### Required action
Select all lines holding the word "with" from the entries that follow.

[Dataset entries]
● ● ● ●

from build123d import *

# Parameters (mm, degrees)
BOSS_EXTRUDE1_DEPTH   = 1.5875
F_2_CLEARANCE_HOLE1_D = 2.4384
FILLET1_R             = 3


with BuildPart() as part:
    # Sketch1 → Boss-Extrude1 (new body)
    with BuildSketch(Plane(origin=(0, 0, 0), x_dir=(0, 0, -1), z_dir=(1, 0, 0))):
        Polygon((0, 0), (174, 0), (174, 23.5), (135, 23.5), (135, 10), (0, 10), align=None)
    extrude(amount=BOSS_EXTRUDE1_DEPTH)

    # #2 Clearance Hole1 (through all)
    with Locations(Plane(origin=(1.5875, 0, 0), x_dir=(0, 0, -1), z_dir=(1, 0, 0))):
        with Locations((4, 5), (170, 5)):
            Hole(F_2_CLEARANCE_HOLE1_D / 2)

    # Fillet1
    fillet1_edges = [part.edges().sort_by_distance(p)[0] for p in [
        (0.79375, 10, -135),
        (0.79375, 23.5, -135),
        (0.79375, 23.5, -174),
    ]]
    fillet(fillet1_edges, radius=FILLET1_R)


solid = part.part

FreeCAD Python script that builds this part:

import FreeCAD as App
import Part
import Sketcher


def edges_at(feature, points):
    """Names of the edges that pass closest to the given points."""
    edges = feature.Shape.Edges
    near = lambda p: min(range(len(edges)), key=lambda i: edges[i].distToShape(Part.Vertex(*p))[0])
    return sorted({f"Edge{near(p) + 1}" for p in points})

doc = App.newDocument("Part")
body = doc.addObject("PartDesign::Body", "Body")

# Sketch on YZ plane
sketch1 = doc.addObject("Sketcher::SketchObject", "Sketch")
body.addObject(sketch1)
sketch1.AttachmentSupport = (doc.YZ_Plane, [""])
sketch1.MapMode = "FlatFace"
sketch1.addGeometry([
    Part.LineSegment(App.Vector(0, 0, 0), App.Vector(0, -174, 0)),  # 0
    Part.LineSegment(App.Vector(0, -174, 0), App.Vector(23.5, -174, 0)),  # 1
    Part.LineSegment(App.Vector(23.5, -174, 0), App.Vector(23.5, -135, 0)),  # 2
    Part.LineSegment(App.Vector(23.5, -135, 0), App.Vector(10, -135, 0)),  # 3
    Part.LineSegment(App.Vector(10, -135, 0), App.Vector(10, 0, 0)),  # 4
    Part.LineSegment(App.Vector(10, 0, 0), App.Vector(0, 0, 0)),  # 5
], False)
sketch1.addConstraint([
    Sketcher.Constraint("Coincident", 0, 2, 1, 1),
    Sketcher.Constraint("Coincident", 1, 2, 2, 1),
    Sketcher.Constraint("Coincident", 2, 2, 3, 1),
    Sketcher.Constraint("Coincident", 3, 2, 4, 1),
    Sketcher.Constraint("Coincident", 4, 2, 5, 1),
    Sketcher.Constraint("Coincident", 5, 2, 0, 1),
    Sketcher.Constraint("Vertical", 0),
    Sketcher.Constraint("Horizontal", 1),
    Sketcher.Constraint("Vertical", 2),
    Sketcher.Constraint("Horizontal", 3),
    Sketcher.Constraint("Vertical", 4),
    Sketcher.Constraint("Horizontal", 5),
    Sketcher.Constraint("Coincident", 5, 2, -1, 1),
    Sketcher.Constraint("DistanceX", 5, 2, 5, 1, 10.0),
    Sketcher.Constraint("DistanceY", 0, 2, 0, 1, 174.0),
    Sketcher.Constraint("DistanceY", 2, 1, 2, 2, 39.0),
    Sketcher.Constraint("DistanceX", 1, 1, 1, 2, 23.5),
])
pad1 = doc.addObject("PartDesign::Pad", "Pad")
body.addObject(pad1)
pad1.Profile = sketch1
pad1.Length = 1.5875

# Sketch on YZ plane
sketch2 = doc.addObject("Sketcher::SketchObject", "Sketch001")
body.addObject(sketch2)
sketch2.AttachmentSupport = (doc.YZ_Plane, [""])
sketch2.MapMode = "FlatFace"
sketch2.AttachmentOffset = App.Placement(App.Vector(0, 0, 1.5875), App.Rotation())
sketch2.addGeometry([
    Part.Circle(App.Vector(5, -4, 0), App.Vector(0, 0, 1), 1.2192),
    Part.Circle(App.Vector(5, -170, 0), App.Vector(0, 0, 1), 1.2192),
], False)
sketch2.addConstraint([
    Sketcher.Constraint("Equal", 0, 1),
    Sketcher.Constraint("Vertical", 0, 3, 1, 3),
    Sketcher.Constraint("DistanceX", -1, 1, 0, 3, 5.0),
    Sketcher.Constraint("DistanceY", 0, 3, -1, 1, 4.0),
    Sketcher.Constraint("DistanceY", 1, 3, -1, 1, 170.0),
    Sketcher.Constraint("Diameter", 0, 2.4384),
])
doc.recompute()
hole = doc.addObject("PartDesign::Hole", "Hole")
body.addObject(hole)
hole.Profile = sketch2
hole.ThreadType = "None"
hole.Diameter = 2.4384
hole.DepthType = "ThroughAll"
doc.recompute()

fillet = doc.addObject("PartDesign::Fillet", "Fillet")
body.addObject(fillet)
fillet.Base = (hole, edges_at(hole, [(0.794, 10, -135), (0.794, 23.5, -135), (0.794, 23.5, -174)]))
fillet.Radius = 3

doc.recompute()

● ● ● ●

### Answer to the exercise
with BuildPart() as part:
    with BuildSketch(Plane(origin=(0, 0, 0), x_dir=(0, 0, -1), z_dir=(1, 0, 0))):
    with Locations(Plane(origin=(1.5875, 0, 0), x_dir=(0, 0, -1), z_dir=(1, 0, 0))):
        with Locations((4, 5), (170, 5)):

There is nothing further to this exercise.